Important Punjab city in the north of India. Known for its sports equipment industry and the manufacture of hand tools. Unlike last time, was placed first not at Amritsar but in Jalandhar.
Entering Jalandhar from the Grand Trunk road, noticed that there had been no progress at all in the highway flyover from the stage it was at a year ago.

Its current function seemed to be as a semi-permanent advertising billboard.
From my hotel suite on the fifth floor, I had a great view across the wealthy residential area to a Hindu temple (Chintapurni Mandir).

Very well looked after at the Maya, Jalandhar for breakfast, lunch and dinner by the ‘silver service’ dining room staff Sanjay, Ravinder, Pria, and Nishu. On one of my lunchtime walks, heard my name called out and totally surprised to see the dining room staff, having finished their shifts, in their civvies!

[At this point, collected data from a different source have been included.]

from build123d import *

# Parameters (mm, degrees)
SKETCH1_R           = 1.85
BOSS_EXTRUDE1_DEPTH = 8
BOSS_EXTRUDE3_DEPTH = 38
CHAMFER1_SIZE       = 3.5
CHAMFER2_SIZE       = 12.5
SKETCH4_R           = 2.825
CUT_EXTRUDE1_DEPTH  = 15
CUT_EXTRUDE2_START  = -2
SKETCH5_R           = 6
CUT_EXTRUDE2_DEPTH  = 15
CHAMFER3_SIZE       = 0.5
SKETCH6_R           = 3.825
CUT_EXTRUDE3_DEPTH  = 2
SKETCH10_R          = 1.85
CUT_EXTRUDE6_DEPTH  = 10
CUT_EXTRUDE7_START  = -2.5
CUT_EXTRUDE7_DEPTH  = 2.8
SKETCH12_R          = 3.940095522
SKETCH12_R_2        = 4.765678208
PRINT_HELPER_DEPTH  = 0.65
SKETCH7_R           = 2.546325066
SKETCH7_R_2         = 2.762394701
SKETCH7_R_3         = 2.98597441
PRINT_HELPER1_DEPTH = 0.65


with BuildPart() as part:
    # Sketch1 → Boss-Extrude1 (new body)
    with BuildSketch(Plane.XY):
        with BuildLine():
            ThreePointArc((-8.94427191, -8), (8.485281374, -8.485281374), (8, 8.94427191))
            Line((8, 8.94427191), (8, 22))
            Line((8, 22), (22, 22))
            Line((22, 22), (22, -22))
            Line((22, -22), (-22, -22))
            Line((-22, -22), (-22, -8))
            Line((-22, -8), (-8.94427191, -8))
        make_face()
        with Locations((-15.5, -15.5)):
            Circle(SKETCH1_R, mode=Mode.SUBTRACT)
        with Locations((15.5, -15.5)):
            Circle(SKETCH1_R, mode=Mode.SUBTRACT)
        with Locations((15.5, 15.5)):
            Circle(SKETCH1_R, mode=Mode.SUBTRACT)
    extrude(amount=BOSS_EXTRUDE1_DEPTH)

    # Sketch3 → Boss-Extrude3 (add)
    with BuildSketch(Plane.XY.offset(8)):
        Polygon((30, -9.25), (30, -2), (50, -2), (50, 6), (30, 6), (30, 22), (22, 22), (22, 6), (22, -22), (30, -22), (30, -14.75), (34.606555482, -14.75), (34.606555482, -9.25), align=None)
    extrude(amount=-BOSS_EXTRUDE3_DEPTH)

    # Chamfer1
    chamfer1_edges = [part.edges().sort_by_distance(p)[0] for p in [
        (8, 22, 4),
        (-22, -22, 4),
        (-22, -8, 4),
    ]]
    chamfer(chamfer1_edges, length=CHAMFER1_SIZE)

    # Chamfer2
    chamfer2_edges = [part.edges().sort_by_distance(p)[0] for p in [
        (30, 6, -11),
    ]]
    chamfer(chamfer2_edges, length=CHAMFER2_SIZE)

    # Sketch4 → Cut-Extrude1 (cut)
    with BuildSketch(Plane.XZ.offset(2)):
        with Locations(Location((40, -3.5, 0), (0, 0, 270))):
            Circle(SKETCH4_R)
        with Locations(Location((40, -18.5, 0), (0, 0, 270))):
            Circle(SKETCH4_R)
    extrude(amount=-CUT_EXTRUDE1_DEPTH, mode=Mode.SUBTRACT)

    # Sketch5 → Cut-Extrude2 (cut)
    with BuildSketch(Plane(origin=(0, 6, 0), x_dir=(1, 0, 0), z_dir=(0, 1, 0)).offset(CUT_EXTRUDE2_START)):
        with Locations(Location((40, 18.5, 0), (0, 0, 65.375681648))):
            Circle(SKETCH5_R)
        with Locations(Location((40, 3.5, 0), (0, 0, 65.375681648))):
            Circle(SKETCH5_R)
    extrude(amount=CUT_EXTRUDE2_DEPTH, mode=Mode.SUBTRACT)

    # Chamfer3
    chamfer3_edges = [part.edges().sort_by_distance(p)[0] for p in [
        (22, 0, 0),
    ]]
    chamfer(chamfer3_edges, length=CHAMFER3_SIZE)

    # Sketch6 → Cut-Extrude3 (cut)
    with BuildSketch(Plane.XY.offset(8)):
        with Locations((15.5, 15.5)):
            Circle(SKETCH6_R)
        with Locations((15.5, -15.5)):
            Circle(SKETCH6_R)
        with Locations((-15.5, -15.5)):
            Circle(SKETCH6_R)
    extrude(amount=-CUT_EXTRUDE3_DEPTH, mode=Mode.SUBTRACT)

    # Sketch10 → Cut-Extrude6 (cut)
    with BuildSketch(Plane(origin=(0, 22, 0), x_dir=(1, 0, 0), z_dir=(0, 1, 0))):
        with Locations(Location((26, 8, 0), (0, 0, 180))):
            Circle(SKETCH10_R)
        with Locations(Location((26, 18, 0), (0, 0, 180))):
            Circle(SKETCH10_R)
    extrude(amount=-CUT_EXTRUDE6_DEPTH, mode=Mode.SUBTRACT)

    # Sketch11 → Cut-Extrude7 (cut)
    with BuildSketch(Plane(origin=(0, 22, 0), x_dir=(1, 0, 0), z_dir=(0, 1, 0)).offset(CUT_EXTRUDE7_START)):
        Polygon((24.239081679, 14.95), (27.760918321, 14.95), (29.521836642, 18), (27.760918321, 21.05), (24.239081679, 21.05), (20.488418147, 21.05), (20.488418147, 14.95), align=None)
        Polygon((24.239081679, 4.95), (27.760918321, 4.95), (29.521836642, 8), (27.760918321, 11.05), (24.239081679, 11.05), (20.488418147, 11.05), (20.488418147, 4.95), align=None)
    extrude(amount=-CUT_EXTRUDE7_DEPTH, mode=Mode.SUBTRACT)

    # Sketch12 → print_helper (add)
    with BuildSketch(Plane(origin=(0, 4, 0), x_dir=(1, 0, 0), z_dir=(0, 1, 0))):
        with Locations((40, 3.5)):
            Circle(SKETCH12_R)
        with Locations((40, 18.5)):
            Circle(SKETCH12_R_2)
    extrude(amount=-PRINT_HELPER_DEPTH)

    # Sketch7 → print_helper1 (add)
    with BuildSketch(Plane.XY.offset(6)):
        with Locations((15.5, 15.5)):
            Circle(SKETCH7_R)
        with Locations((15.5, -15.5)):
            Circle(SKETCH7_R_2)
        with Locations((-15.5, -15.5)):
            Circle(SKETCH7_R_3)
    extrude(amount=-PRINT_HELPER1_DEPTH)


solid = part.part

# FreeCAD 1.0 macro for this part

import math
import FreeCAD as App
import Part
import Sketcher
Q = App.Units.Quantity


def edges_at(feature, points):
    """Names of the edges that pass closest to the given points."""
    edges = feature.Shape.Edges
    near = lambda p: min(range(len(edges)), key=lambda i: edges[i].distToShape(Part.Vertex(*p))[0])
    return sorted({f"Edge{near(p) + 1}" for p in points})


def add_polygon(sketch, points):
    """Adds a closed chain of lines whose ends are joined by coincident constraints."""
    first, n = sketch.GeometryCount, len(points)
    for a, b in zip(points, points[1:] + points[:1]):
        sketch.addGeometry(Part.LineSegment(App.Vector(*a, 0), App.Vector(*b, 0)), False)
    for i in range(n):
        sketch.addConstraint(Sketcher.Constraint("Coincident", first + i, 2, first + (i + 1) % n, 1))

doc = App.newDocument("Part")
params = doc.addObject("Spreadsheet::Sheet", "Params")
for row, (alias, value) in enumerate([
    ("sketch1_radius", "12 mm"),
    ("sketch1_diameter", "3.7 mm"),
    ("sketch1_width", "44 mm"),
    ("sketch1_width2", "14 mm"),
    ("pad1_length", "8 mm"),
    ("sketch2_width", "20 mm"),
    ("sketch2_width2", "8 mm"),
    ("sketch2_height", "16 mm"),
    ("sketch2_height2", "44 mm"),
    ("sketch2_height3", "5.5 mm"),
    ("pad2_length", "38 mm"),
    ("chamfer_size", "3.5 mm"),
    ("chamfer2_size", "12.5 mm"),
    ("sketch3_diameter", "5.65 mm"),
    ("pocket1_length", "15 mm"),
    ("sketch4_diameter", "12 mm"),
    ("pocket2_length", "15 mm"),
    ("chamfer3_size", "0.5 mm"),
    ("sketch5_diameter", "7.65 mm"),
    ("pocket3_length", "2 mm"),
    ("sketch6_diameter", "3.7 mm"),
    ("pocket4_length", "10 mm"),
    ("sketch7_height", "6.1 mm"),
    ("pocket5_length", "2.8 mm"),
    ("pad3_length", "0.65 mm"),
    ("pad4_length", "0.65 mm"),
], start=1):
    params.set(f"A{row}", alias)
    params.set(f"B{row}", "=" + value)
    params.setAlias(f"B{row}", alias)

body = doc.addObject("PartDesign::Body", "Body")

sketch1 = body.newObject("Sketcher::SketchObject", "Sketch")
sketch1.AttachmentSupport = (doc.getObject("XY_Plane"), [""])
sketch1.MapMode = "FlatFace"
sketch1.addGeometry([
    Part.ArcOfCircle(Part.Circle(App.Vector(0, 0, 0), App.Vector(0, 0, 1), 12), math.radians(-138), math.radians(48)),
    Part.LineSegment(App.Vector(-8.9, -8, 0), App.Vector(-22, -8, 0)),
    Part.LineSegment(App.Vector(-22, -8, 0), App.Vector(-22, -22, 0)),
    Part.LineSegment(App.Vector(-22, -22, 0), App.Vector(22, -22, 0)),
    Part.LineSegment(App.Vector(22, -22, 0), App.Vector(22, 22, 0)),
    Part.LineSegment(App.Vector(22, 22, 0), App.Vector(8, 22, 0)),
    Part.LineSegment(App.Vector(8, 22, 0), App.Vector(8, 8.9, 0)),
    Part.Circle(App.Vector(15.5, -15.5, 0), App.Vector(0, 0, 1), 1.9),
    Part.Circle(App.Vector(-15.5, -15.5, 0), App.Vector(0, 0, 1), 1.9),
    Part.Circle(App.Vector(15.5, 15.5, 0), App.Vector(0, 0, 1), 1.9),
], False)
sketch1.addConstraint([
    Sketcher.Constraint("Coincident", 0, 1, 1, 1),
    Sketcher.Constraint("Coincident", 1, 2, 2, 1),
    Sketcher.Constraint("Coincident", 2, 2, 3, 1),
    Sketcher.Constraint("Coincident", 3, 2, 4, 1),
    Sketcher.Constraint("Coincident", 4, 2, 5, 1),
    Sketcher.Constraint("Coincident", 5, 2, 6, 1),
    Sketcher.Constraint("Coincident", 6, 2, 0, 2),
    Sketcher.Constraint("Horizontal", 1),
    Sketcher.Constraint("Vertical", 2),
    Sketcher.Constraint("Horizontal", 3),
    Sketcher.Constraint("Vertical", 4),
    Sketcher.Constraint("Horizontal", 5),
    Sketcher.Constraint("Vertical", 6),
    Sketcher.Constraint("Coincident", 0, 3, -1, 1),
    Sketcher.Constraint("Equal", 7, 8),
    Sketcher.Constraint("Equal", 8, 9),
    Sketcher.Constraint("Symmetric", 8, 3, 9, 3, -1, 1),
    Sketcher.Constraint("Symmetric", 2, 2, 4, 2, -1, 1),
    Sketcher.Constraint("Symmetric", 7, 3, 8, 3, -2),
    Sketcher.Constraint("Equal", 5, 2),
    Sketcher.Constraint("Equal", 3, 4),
    Sketcher.Constraint("Radius", 0, 12.0),
    Sketcher.Constraint("Diameter", 7, 3.7),
    Sketcher.Constraint("DistanceX", 3, 1, 3, 2, 44.0),
    Sketcher.Constraint("DistanceX", 5, 2, 5, 1, 14.0),
    Sketcher.Constraint("DistanceX", 8, 3, 7, 3, 31.0),
    Sketcher.Constraint("DistanceY", 7, 3, 9, 3, 31.0),
])
sketch1.setExpression("Constraints[21]", "Params.sketch1_radius")
sketch1.setExpression("Constraints[22]", "Params.sketch1_diameter")
sketch1.setExpression("Constraints[23]", "Params.sketch1_width")
sketch1.setExpression("Constraints[24]", "Params.sketch1_width2")
pad1 = body.newObject("PartDesign::Pad", "Pad")
pad1.Profile = sketch1
pad1.setExpression("Length", "Params.pad1_length")

sketch2 = body.newObject("Sketcher::SketchObject", "Sketch001")
sketch2.AttachmentSupport = (doc.getObject("XY_Plane"), [""])
sketch2.MapMode = "FlatFace"
sketch2.AttachmentOffset = App.Placement(App.Vector(0, 0, 8), App.Rotation())
add_polygon(sketch2, [(30, -9.2), (30, -2), (50, -2), (50, 6), (30, 6), (30, 22), (22, 22), (22, -22), (30, -22), (30, -14.8), (34.6, -14.8), (34.6, -9.2)])
sketch2.addConstraint([
    Sketcher.Constraint("Vertical", 0),
    Sketcher.Constraint("Horizontal", 1),
    Sketcher.Constraint("Vertical", 2),
    Sketcher.Constraint("Horizontal", 3),
    Sketcher.Constraint("Vertical", 4),
    Sketcher.Constraint("Horizontal", 5),
    Sketcher.Constraint("Vertical", 6),
    Sketcher.Constraint("Horizontal", 7),
    Sketcher.Constraint("Vertical", 8),
    Sketcher.Constraint("Horizontal", 9),
    Sketcher.Constraint("Vertical", 10),
    Sketcher.Constraint("Horizontal", 11),
    Sketcher.Constraint("Symmetric", 4, 2, 7, 2, -1),
    Sketcher.Constraint("Vertical", 0, 2, 3, 2),
    Sketcher.Constraint("Equal", 7, 2),
    Sketcher.Constraint("Equal", 0, 8),
    Sketcher.Constraint("DistanceX", 1, 1, 1, 2, 20.0),
    Sketcher.Constraint("DistanceX", 5, 2, 5, 1, 8.0),
    Sketcher.Constraint("DistanceY", 4, 1, 4, 2, 16.0),
    Sketcher.Constraint("DistanceY", 6, 2, 6, 1, 44.0),
    Sketcher.Constraint("DistanceY", 10, 1, 10, 2, 5.5),
    Sketcher.Constraint("DistanceX", -1, 1, 0, 2, 30.0),
    Sketcher.Constraint("DistanceX", 9, 1, 9, 2, 4.606555),
])
sketch2.setExpression("Constraints[28]", "Params.sketch2_width")
sketch2.setExpression("Constraints[29]", "Params.sketch2_width2")
sketch2.setExpression("Constraints[30]", "Params.sketch2_height")
sketch2.setExpression("Constraints[31]", "Params.sketch2_height2")
sketch2.setExpression("Constraints[32]", "Params.sketch2_height3")
pad2 = body.newObject("PartDesign::Pad", "Pad001")
pad2.Profile = sketch2
pad2.setExpression("Length", "Params.pad2_length")
pad2.Reversed = True
doc.recompute()

chamfer = body.newObject("PartDesign::Chamfer", "Chamfer")
chamfer.Base = (pad2, edges_at(pad2, [(8, 22, 4), (-22, -22, 4), (-22, -8, 4)]))
chamfer.setExpression("Size", "Params.chamfer_size")
doc.recompute()

chamfer2 = body.newObject("PartDesign::Chamfer", "Chamfer001")
chamfer2.Base = (chamfer, edges_at(chamfer, [(30, 6, -11)]))
chamfer2.setExpression("Size", "Params.chamfer2_size")

sketch3 = body.newObject("Sketcher::SketchObject", "Sketch002")
sketch3.AttachmentSupport = (doc.getObject("XZ_Plane"), [""])
sketch3.MapMode = "FlatFace"
sketch3.AttachmentOffset = App.Placement(App.Vector(0, 0, 2), App.Rotation())
sketch3.addGeometry([
    Part.Circle(App.Vector(40, -3.5, 0), App.Vector(0, 0, 1), 2.8),
    Part.Circle(App.Vector(40, -18.5, 0), App.Vector(0, 0, 1), 2.8),
], False)
sketch3.addConstraint([
    Sketcher.Constraint("Equal", 0, 1),
    Sketcher.Constraint("Vertical", 0, 3, 1, 3),
    Sketcher.Constraint("Diameter", 0, 5.65),
    Sketcher.Constraint("DistanceX", -1, 1, 0, 3, 40.0),
    Sketcher.Constraint("DistanceY", 1, 3, 0, 3, 15.0),
    Sketcher.Constraint("DistanceY", 0, 3, -1, 1, 3.5),
])
sketch3.setExpression("Constraints[2]", "Params.sketch3_diameter")
pocket1 = body.newObject("PartDesign::Pocket", "Pocket")
pocket1.Profile = sketch3
pocket1.setExpression("Length", "Params.pocket1_length")

sketch4 = body.newObject("Sketcher::SketchObject", "Sketch003")
sketch4.AttachmentSupport = (doc.getObject("XZ_Plane"), [""])
sketch4.MapMode = "FlatFace"
sketch4.AttachmentOffset = App.Placement(App.Vector(0, 0, -4), App.Rotation())
sketch4.addGeometry([
    Part.Circle(App.Vector(40, -18, 0), App.Vector(0, 0, 1), 6),
    Part.Circle(App.Vector(40, -4, 0), App.Vector(0, 0, 1), 6),
], False)
sketch4.addConstraint([
    Sketcher.Constraint("Equal", 0, 1),
    Sketcher.Constraint("Vertical", 0, 3, 1, 3),
    Sketcher.Constraint("Diameter", 0, 12.0),
    Sketcher.Constraint("DistanceX", -1, 1, 0, 3, 40.0),
    Sketcher.Constraint("DistanceY", 0, 3, 1, 3, 15.0),
    Sketcher.Constraint("DistanceY", 0, 3, -1, 1, 18.5),
])
sketch4.setExpression("Constraints[2]", "Params.sketch4_diameter")
pocket2 = body.newObject("PartDesign::Pocket", "Pocket001")
pocket2.Profile = sketch4
pocket2.setExpression("Length", "Params.pocket2_length")
doc.recompute()

chamfer3 = body.newObject("PartDesign::Chamfer", "Chamfer002")
chamfer3.Base = (pocket2, edges_at(pocket2, [(22, 0, 0)]))
chamfer3.setExpression("Size", "Params.chamfer3_size")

My hotel in Jalandhar is located on the Grand Trunk Road in Civil Line near the judicial courts. The former colonial district court is still there in Tehsil Road but the new more modern multi level complex is located opposite the Maya. Impressed to see that there is an e-court system for complainants to access their cases online. Behind the Maya hotel are hundreds of advocates’ chambers. Met a very helpful young advocate who offered to get me in to observe a court in session.
In easy walking distance from my hotel is Jalandhar’s Model Town. It has a wealthy ‘posh’ residential area which features Cool Road, one of the city’s most attractive tree-lined thoroughfares. In nearby Link Road there is the magnificent residence of a former Indian minister with a 24 hour security presence at his gateway. You also pass the Punjab Scouts and Guides Training Centre, another hangover from British colonial days. Model Town itself is a jumble of various shops ranging from high-end boutiques to clothing stores offering hope for obese men. A haven for expats is Nik Baker’s which makes a decent coffee and provides a range of very tasty pastries. He advertises himself as ‘a professional baker from Australia’.
The best bookshop specialising in India that I’ve come across is Readers’ Paradise in Model Town with its owner S. K. Sharma. So knowledgeable about all things Indian: culture, religion, history and literature. It was here that I bought a copy of Salman Rushdie’s Midnight’s Children. It deals with India’s transition from British colonialism to independence and the partition of India. At the end of each working day I wound down with a chapter from this magnificent novel.
One late afternoon shot of a gathering monsoon thunderstorm from my hotel window. Indian Independence Day on August 15 was celebrated at the nearby Neopolis Mall as well as in my hotel, where guests were reassured that they could ‘sleep peacefully as the Indian army is guarding the border’.
Other photos are a wall image graffiti for an Indian #metoo women’s movement. A group of tertiary students practising English with me, who intend pursuing post graduate studies in Canada. A number of secondary students on bikes heading to their homes at lunchtime. A local MacDonalds. A patriotic billboard for BSNL, a state-owned telecom company and their staff ‘colony’ which has clearly seen much better days. Feeling very safe in the hands of a detachment of Jalandhar’s Punjabi police. Billboards for coke & whisky. An auto rickshaw with a full complement and ‘Juice Corner’ intersection, near my hotel. Two boys being driven home in a rickshaw from school for lunch.